* WORK INSTRUCTION: Gather all lines from the material that contain "through".

*** Begin section ***

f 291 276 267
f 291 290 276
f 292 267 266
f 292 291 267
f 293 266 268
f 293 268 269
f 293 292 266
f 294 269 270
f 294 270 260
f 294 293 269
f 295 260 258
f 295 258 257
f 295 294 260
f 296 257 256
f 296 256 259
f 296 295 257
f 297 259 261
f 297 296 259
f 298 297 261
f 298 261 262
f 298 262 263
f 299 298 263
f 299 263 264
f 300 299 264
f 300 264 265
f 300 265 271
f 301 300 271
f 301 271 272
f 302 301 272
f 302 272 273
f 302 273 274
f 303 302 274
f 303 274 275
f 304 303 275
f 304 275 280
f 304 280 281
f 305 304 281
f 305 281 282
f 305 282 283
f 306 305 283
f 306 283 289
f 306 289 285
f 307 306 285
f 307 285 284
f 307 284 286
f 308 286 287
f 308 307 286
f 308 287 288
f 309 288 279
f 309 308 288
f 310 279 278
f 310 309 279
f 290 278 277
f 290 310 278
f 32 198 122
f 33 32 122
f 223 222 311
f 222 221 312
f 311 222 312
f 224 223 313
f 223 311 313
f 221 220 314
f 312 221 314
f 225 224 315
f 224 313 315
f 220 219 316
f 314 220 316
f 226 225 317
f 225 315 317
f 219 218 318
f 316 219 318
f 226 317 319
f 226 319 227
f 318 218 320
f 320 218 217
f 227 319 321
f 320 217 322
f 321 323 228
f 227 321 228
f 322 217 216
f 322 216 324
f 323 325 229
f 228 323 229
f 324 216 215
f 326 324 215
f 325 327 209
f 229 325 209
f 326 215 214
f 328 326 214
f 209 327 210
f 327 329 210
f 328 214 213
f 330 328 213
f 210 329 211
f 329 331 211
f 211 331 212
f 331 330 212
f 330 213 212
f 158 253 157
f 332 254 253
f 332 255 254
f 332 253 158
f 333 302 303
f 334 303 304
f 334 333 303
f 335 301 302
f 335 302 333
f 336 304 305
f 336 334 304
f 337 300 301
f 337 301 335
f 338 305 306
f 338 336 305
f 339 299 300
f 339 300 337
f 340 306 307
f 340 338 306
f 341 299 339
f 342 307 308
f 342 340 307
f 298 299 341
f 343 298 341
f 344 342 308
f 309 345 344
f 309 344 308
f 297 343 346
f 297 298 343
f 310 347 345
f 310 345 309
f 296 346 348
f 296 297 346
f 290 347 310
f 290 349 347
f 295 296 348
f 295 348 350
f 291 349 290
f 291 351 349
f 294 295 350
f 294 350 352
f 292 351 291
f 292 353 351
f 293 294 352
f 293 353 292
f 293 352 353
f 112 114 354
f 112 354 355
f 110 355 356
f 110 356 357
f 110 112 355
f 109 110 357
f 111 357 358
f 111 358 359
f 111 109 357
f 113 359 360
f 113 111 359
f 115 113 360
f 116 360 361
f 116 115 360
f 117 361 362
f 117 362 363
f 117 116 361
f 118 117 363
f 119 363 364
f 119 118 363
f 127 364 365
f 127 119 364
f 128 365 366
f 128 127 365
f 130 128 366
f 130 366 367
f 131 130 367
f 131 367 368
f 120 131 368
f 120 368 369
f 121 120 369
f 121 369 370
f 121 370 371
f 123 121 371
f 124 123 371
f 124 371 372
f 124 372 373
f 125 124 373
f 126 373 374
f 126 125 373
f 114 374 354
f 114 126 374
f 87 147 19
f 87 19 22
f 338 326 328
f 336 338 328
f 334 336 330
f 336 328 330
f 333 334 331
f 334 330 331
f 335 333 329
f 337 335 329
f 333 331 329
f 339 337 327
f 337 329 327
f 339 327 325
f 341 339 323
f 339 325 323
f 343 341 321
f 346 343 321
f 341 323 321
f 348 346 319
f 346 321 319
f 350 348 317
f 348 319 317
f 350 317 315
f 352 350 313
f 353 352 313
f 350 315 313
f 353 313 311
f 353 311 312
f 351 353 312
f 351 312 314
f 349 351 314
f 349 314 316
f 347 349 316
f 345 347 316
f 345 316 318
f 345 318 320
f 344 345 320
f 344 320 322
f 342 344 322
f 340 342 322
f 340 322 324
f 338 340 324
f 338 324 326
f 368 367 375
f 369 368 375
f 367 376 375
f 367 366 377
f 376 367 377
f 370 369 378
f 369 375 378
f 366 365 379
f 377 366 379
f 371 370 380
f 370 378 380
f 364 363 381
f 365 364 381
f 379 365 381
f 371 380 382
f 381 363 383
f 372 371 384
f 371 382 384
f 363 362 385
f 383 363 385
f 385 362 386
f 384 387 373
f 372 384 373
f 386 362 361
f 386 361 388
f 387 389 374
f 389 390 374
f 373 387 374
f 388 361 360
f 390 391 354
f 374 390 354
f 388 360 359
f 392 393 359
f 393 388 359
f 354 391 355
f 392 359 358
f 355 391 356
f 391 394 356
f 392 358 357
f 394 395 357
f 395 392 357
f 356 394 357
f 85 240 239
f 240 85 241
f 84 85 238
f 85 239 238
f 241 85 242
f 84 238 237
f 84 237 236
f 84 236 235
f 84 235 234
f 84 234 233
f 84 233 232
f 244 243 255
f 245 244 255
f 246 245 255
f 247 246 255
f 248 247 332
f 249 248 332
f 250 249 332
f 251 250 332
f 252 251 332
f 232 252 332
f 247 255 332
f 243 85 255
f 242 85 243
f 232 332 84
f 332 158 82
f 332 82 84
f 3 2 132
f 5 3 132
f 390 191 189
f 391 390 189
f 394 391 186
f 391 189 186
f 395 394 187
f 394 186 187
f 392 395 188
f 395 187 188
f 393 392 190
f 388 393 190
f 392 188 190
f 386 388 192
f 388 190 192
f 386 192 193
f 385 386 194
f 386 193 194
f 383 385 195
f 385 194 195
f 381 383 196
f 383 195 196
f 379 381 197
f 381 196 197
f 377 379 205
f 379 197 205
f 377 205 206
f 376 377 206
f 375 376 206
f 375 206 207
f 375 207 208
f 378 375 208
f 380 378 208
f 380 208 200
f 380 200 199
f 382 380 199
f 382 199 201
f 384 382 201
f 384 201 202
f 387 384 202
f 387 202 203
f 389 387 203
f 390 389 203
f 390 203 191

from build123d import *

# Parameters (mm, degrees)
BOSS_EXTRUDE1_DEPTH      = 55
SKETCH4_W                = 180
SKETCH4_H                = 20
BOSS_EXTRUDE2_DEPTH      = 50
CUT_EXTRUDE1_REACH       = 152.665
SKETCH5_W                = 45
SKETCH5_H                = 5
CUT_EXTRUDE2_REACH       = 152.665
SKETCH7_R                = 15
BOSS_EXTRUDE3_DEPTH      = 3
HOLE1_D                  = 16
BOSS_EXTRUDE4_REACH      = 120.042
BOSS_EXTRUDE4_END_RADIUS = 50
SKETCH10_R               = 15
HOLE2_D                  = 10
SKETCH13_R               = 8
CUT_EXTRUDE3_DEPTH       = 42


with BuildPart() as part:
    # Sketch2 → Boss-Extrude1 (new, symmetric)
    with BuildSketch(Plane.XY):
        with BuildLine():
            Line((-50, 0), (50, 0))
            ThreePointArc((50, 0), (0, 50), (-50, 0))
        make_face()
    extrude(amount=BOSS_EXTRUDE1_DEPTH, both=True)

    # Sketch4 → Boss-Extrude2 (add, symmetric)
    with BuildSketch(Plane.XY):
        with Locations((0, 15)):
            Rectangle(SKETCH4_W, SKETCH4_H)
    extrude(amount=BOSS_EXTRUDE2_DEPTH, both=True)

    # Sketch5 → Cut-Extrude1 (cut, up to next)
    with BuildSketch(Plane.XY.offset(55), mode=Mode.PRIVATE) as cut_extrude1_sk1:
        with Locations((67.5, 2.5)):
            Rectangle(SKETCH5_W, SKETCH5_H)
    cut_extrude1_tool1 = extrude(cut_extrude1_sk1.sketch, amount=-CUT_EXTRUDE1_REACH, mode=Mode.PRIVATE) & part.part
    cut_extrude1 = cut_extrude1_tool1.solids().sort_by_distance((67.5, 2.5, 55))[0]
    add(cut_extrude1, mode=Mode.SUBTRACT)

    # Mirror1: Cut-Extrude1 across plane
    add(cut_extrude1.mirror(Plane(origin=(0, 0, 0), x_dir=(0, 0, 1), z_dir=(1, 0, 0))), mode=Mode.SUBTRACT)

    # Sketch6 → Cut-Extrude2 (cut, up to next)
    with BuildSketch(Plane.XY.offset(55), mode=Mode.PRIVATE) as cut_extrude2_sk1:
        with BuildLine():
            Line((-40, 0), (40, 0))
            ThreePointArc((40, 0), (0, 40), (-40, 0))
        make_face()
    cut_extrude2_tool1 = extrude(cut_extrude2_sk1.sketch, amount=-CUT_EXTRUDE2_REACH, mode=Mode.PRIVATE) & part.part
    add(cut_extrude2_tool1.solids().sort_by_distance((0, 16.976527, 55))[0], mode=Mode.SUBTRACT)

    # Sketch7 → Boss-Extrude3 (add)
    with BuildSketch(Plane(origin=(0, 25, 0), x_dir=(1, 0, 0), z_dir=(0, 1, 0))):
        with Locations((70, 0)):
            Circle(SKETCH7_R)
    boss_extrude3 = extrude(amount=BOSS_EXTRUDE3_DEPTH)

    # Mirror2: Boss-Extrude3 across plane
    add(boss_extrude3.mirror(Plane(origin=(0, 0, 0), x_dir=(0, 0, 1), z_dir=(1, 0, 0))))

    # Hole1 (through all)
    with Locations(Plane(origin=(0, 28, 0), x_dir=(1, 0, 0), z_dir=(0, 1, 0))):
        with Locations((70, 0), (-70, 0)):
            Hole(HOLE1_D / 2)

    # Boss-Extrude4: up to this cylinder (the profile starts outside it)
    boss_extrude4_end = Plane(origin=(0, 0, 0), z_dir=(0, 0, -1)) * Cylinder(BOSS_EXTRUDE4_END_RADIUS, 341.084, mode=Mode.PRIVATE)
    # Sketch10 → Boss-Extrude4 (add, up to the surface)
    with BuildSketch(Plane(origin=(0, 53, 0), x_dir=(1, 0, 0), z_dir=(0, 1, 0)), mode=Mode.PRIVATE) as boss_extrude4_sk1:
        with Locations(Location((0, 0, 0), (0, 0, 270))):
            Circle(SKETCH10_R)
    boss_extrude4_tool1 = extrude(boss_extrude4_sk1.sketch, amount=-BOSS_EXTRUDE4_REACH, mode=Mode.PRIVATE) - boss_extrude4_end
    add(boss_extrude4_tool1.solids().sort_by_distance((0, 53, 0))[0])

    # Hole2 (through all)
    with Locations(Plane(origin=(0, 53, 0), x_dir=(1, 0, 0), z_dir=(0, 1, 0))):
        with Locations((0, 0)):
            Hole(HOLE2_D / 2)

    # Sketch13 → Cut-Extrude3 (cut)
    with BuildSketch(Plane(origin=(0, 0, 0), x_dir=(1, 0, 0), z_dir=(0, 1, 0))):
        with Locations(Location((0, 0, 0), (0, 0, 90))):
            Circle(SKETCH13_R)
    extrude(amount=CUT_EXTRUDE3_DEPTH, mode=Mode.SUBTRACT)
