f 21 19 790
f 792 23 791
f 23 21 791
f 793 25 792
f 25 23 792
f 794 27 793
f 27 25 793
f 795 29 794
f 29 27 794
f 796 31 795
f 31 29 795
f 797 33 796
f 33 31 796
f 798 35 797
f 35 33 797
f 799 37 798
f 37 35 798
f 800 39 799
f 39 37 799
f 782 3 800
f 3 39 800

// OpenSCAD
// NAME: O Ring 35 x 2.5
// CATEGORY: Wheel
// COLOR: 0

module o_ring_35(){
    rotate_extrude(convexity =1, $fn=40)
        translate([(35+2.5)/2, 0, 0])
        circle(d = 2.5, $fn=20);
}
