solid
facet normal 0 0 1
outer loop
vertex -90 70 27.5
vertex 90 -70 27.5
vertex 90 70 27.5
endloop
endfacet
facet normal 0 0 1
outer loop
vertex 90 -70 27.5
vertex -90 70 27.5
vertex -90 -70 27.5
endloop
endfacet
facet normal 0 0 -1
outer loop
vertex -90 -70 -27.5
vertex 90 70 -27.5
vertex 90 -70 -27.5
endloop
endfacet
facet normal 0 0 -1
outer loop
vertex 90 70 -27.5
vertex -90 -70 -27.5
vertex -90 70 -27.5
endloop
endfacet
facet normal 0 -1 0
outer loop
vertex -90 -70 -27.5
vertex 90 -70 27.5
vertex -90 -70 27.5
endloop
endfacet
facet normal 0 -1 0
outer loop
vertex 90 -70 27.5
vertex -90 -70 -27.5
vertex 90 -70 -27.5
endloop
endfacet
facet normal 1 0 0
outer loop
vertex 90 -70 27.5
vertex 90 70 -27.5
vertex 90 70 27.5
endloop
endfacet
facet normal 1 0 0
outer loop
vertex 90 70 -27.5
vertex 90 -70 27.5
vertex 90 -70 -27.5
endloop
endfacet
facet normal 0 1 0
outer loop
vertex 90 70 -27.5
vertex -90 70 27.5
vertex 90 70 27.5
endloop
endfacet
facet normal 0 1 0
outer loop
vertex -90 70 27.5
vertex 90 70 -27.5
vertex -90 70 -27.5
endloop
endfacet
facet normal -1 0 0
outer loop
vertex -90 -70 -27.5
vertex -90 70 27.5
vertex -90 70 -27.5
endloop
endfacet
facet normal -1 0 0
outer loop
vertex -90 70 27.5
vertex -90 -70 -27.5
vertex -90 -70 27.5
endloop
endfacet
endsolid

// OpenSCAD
// ============================================================================
// Atom Lithography Machine — Parametric OpenSCAD Module (S6.11-02)
// ============================================================================
// part_id           : S6.11-02
// parent_bom_id     : S6.11
// subsystem         : S6
// part_name         : 20 mK Josephson TWPA + Bant-Geciren Purcell Filtre + Cift Kriyo-Izolator (32 hat, Exp140 S6.5-02, 2.72 kg)
// material          : Nb
// temp_stage        : 20 mK (MXC)
// vacuum_grade      : Kriyo-vakum
// tolerance         : F_RO>=0.995
// computed_mass_kg  : 2.85826
// envelope_mm       : 180.000 x 140.000 x 54.800
// design_maturity   : M0_M1_DETAILED_CAD_DESIGN_ONLY
// no_lab_measurement: true
// iec61508_certified: false
// semi_s2_certified : false
// Units: millimeters (mm)
// ============================================================================

$fn = 64;

// Nominal bounding envelope parameters (mm)
bbox_x = 180.0000;
bbox_y = 140.0000;
bbox_z = 54.8000;

// Part-specific parametric dimensions
n_twpa = 32;
box_dx = 180.0;
box_dy = 140.0;
box_dz = 55.0;
p_20mk_uw = 2.144;

// Interface / port parameters (mm)
port_mxc_20mk_mount_bolts = 4;

module part_S6_11_02() {
  union() {
    // 32x 20 mK TWPA + Purcell Nb/Cryoperm magnetic shield box
    cube([180.000, 140.000, 55.000], center=true);
  }
}

// World assembly mounting transform (global machine frame, mm / deg):
// translate([-650.000, 0.000, 452.000]) rotate([0.000, 0.000, 0.000]) part_S6_11_02();

part_S6_11_02();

*** End section ***

* RESPONSE TO THE EXERCISE:
    # Hole1 (through all)
    # Hole2 (through all)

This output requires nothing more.